Other models than XGBoost can be selected with the hyperparameter optimizer as well. In the next step, (step 5), we specify a probability distribution over each parameter that we will be exploring. This is one of the advantages of using BayesSearchCV over a simple grid search, as it allows you to explore the parameter space more intelligently. Next, we specify our cross-validation scheme (step 6). Since we are performing a classification problem, it makes sense to specify a stratified fold. However, for a regression problem, StratifiedKFold should be replaced with KFold.
Also note that a larger splitting number is preferred for the purpose of measuring results, though it will come at a computational price. In step 7, you can see additional settings that can be changed. In particular, n_jobs allows you to parallelize the task. The verbosity and the method used for scoring can be altered as well. To monitor the search process and the performance of our hyperparameter tuning, we define a callback function to print out the progress in step 8. The results of the grid search are also saved in a CSV file.
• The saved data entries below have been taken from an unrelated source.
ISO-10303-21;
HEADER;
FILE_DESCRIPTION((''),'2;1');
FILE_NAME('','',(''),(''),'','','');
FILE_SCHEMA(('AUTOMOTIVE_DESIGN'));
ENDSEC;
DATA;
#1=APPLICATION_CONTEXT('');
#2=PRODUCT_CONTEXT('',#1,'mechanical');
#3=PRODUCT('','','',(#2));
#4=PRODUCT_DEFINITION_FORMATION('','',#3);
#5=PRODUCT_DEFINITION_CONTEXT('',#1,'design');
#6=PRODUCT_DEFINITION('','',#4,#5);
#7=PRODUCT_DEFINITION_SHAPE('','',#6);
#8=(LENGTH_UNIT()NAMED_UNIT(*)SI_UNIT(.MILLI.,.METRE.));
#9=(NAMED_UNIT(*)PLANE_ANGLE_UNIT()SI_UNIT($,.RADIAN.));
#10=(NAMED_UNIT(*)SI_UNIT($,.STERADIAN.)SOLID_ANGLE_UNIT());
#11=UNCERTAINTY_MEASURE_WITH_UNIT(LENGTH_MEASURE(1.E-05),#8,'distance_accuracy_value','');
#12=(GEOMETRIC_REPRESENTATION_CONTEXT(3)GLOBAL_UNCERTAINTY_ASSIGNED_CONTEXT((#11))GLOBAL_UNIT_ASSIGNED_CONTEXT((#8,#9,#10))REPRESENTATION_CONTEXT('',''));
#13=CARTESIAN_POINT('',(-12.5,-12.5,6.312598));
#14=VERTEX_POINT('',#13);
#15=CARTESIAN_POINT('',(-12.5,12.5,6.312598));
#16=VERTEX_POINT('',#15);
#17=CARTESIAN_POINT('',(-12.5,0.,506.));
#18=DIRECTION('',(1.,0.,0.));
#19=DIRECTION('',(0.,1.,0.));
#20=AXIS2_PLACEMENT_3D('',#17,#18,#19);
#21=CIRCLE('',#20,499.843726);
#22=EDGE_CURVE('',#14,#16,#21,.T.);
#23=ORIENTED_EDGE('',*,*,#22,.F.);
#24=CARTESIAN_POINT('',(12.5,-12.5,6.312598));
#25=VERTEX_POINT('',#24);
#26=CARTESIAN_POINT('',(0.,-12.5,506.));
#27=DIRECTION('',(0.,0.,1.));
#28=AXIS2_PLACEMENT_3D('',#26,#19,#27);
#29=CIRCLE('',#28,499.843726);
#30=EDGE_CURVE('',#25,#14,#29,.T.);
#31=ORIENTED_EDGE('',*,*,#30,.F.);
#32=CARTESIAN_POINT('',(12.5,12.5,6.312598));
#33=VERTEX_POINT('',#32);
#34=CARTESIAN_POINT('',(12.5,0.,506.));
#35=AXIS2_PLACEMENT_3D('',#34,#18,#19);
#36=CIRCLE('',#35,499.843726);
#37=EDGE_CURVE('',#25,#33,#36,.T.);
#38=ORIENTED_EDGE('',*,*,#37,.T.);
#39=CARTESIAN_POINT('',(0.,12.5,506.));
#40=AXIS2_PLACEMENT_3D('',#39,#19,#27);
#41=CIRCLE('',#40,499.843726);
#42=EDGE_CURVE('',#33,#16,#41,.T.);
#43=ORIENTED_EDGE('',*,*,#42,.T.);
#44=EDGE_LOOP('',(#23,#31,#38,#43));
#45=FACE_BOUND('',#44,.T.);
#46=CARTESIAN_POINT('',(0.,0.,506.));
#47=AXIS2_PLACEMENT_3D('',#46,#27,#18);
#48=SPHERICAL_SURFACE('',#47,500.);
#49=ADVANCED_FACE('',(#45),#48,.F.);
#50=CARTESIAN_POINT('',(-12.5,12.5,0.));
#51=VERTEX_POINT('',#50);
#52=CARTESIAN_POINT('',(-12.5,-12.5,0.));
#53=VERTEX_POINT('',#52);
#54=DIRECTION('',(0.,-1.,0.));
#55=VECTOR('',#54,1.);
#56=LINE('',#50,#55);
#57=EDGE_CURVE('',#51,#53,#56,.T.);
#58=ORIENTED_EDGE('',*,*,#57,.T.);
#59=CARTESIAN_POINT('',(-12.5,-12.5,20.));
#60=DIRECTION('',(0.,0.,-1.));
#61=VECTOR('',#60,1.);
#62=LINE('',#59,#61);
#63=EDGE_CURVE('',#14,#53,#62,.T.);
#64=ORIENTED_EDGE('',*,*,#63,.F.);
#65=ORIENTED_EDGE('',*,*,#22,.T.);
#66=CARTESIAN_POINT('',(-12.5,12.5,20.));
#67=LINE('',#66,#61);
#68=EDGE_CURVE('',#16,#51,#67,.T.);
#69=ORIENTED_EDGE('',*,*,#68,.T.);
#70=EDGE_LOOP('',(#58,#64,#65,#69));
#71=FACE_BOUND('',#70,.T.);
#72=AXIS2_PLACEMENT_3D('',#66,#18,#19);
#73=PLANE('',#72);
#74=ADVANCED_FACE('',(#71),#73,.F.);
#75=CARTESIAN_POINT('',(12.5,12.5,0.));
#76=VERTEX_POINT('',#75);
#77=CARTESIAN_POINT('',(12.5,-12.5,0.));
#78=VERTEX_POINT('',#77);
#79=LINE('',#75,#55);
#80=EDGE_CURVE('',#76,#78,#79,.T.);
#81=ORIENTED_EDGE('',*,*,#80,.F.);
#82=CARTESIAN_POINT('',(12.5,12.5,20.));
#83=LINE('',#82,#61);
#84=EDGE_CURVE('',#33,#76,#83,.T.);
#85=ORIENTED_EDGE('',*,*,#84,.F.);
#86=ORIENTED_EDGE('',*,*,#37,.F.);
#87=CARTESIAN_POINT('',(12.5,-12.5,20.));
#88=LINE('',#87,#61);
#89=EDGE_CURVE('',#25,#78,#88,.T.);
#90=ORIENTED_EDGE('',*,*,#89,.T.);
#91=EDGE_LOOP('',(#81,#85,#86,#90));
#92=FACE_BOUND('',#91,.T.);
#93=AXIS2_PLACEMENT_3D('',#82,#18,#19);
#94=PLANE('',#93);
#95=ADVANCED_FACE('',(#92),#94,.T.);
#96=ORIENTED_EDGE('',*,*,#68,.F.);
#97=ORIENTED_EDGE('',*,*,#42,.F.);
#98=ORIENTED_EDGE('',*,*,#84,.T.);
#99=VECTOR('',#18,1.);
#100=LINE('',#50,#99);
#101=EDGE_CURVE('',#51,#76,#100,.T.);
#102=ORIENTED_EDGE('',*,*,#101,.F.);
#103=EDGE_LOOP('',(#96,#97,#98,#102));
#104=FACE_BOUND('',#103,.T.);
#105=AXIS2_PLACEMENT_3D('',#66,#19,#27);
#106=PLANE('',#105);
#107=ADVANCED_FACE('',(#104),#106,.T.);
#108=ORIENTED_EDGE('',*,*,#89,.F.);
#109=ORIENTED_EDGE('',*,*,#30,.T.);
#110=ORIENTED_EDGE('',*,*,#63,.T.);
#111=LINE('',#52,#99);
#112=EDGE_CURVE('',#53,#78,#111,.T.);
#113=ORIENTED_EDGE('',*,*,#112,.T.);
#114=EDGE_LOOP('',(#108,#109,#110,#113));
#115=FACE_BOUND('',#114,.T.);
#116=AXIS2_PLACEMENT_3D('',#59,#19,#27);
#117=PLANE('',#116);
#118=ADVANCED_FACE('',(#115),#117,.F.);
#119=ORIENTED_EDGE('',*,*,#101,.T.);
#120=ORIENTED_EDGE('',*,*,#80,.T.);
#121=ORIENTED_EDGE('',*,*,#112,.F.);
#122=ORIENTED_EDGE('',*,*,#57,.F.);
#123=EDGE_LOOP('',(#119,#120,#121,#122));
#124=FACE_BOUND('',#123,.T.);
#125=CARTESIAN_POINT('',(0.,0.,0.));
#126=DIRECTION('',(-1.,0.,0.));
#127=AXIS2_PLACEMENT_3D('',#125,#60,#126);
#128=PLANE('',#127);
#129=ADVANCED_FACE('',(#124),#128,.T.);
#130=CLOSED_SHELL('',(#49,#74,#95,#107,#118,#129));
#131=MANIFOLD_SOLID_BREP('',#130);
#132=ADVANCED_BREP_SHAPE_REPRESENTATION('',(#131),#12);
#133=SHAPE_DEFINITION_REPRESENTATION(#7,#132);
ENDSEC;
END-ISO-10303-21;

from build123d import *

# Parameters (mm, degrees)
SKETCH_1_W      = 25
SKETCH_1_H      = 25
EXTRUDE_1_DEPTH = 20


with BuildPart() as part:
    # 草图1 → 凸台-拉伸1 (new body)
    with BuildSketch(Plane.XY):
        Rectangle(SKETCH_1_W, SKETCH_1_H)
    extrude(amount=EXTRUDE_1_DEPTH)

    # 草图2 → 切除-旋转2 (revolve, cut)
    with BuildSketch(Plane(origin=(0, 0, 0), x_dir=(1, 0, 0), z_dir=(0, 1, 0))):
        with BuildLine():
            Line((487.422730906, -394.559067683), (0, -394.559067683))
            Line((0, -394.559067683), (0, -6))
            ThreePointArc((0, -6), (311.672531547, -115.026557067), (487.422730906, -394.559067683))
        make_face()
    revolve(axis=Axis((0, 0, 394.559067683), (0, 0, -1)), mode=Mode.SUBTRACT)


solid = part.part
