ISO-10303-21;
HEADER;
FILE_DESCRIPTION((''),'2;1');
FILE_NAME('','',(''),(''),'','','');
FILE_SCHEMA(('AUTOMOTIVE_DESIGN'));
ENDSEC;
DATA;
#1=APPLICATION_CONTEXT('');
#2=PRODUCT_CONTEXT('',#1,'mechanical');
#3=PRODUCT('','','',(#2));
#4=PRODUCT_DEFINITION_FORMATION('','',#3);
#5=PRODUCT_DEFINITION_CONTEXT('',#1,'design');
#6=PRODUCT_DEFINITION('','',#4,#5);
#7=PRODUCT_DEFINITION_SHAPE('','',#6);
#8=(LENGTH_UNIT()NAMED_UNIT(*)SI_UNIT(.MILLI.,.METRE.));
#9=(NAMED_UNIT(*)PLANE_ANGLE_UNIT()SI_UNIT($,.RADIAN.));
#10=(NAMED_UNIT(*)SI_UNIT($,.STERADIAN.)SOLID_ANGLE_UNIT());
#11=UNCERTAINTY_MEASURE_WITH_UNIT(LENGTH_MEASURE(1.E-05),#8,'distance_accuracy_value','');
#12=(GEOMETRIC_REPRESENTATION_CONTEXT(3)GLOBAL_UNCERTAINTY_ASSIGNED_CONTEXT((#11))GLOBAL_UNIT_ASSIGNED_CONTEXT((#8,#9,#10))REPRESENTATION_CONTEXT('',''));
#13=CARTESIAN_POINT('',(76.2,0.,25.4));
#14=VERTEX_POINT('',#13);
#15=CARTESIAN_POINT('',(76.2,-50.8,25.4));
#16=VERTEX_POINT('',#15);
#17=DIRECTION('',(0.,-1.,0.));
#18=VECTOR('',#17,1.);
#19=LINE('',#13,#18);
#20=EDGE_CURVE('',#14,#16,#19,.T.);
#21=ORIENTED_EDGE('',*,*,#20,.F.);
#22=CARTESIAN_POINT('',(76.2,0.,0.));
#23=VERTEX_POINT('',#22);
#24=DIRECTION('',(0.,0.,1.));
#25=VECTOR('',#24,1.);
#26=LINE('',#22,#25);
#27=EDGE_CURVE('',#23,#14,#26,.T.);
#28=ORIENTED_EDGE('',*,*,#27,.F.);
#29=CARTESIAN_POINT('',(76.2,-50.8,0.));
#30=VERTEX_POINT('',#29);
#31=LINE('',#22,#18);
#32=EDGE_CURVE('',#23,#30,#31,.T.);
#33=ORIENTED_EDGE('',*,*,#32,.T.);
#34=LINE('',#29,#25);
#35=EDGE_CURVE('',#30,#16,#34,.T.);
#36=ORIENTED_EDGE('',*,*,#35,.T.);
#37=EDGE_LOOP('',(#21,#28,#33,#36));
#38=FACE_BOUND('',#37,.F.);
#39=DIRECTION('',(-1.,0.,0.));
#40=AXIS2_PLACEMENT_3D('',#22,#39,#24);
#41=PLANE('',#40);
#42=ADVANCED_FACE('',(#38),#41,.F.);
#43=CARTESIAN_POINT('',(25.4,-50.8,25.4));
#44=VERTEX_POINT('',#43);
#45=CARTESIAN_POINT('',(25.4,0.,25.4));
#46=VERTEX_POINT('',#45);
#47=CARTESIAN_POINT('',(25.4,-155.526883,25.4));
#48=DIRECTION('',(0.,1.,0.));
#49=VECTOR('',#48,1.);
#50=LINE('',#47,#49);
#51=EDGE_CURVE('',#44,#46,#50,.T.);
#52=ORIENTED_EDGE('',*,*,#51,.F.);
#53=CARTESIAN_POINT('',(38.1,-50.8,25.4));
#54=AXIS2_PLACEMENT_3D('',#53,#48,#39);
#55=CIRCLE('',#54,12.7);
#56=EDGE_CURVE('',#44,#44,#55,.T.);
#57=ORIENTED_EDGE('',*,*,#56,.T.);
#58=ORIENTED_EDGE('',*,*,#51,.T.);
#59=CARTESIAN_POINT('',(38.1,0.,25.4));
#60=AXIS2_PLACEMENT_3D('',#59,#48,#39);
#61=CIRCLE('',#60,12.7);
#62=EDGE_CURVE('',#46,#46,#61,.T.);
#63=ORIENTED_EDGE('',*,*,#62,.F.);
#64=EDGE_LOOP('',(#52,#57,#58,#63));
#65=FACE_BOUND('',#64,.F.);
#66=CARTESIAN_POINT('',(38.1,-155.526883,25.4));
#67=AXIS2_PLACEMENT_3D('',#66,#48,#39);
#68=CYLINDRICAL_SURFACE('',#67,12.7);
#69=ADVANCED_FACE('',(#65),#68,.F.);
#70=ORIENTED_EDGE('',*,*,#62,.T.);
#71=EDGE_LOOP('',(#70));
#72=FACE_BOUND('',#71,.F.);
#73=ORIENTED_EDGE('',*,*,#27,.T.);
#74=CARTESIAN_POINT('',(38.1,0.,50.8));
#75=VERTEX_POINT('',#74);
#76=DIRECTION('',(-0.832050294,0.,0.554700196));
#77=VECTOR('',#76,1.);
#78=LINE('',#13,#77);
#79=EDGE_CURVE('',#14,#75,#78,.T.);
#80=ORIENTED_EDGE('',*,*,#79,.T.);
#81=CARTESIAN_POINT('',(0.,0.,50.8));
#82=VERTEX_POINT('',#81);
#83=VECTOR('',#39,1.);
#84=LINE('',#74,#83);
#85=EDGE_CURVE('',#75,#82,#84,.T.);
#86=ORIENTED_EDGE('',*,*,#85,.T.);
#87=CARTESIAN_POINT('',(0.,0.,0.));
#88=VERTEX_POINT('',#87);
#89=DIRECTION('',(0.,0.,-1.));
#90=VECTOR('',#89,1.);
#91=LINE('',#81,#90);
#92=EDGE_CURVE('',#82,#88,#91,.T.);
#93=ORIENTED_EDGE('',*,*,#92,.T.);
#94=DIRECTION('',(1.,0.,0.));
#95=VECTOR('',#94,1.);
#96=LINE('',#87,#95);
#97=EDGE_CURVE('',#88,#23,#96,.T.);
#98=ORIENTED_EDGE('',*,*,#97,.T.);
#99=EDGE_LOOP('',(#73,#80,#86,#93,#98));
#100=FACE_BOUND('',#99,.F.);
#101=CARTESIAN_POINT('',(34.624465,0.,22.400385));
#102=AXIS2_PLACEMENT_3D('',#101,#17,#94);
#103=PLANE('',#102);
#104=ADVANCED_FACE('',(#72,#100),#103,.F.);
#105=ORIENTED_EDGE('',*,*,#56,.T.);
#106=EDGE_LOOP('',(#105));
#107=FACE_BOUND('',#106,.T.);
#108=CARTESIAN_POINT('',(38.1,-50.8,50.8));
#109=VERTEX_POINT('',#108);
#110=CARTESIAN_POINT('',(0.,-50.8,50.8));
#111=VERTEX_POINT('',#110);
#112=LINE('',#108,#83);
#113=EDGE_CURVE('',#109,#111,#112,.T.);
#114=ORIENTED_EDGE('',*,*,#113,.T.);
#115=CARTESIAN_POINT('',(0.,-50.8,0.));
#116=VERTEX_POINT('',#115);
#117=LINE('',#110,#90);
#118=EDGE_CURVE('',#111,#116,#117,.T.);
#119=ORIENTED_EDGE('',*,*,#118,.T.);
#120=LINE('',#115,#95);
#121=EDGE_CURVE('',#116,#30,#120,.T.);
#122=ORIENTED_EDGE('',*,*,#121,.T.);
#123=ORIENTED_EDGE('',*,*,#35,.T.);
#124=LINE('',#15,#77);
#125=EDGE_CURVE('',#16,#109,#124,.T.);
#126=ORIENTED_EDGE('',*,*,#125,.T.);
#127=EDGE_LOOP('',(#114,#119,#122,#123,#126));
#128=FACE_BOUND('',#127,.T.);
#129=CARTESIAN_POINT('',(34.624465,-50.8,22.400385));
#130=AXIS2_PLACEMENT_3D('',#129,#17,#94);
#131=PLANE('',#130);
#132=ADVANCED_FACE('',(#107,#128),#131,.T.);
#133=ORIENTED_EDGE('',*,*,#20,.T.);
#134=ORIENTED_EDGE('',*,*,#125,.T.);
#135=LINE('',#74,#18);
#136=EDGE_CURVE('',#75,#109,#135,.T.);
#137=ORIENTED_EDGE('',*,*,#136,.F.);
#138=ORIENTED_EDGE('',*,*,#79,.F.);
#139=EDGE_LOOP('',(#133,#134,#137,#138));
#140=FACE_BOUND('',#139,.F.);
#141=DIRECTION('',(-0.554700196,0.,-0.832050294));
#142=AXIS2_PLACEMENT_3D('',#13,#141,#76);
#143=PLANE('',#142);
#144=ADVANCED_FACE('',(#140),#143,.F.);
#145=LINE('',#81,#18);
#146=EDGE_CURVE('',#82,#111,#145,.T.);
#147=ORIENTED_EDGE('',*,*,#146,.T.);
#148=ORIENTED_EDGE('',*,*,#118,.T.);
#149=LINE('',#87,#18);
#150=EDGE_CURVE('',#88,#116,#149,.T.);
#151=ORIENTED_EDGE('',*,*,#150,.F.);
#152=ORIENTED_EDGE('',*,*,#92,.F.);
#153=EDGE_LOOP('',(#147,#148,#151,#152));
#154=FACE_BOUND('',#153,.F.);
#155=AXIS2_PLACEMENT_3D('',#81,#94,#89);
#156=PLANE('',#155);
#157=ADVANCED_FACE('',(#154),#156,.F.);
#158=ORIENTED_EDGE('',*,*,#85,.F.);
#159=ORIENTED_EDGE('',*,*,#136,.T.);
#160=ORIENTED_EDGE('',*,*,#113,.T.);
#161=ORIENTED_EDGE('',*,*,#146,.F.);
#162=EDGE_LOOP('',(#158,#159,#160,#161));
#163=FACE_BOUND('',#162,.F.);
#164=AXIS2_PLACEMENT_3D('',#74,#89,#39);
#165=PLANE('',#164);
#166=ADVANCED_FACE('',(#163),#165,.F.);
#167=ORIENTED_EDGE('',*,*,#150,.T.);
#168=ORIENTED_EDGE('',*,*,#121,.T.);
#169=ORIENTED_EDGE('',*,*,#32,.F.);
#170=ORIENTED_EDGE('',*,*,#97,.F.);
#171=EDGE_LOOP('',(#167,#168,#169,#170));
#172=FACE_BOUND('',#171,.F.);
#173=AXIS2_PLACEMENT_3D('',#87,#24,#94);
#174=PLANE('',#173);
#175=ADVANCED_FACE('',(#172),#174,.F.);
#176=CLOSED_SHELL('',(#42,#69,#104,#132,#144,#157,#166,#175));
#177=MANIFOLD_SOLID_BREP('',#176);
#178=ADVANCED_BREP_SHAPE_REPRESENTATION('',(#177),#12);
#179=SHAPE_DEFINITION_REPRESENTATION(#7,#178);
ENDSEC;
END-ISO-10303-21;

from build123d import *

# Parameters (mm, degrees)
F1_DEPTH = 50.8
F3_D     = 25.4


with BuildPart() as f1:
    # F0 (on Front) → F1 (new body)
    with BuildSketch(Plane.XZ):
        Polygon((0, 50.8), (0, 0), (76.2, 0), (76.2, 25.4), (38.1, 50.8), align=None)
    extrude(amount=F1_DEPTH)

    # F3 (through all)
    with Locations(Plane.XZ.offset(50.8)):
        with Locations((38.1, 25.4)):
            Hole(F3_D / 2)


solid = f1.part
Finally, we run the hyperparameter search (step 9). The output allows us to observe the parameters and the performance of each iteration of the hyperparameter search.
In this book, we will refrain from tuning the hyperparameters of classifiers. The reason is in part brevity, and in part because hyperparameter tuning here would be premature optimization, as there is no specified requirement or goal for the performance of the algorithm from the end user. Having seen how to perform it here, you can easily adapt this recipe to the application at hand.
Another prominent library for hyperparameter tuning to keep in mind is hyperopt.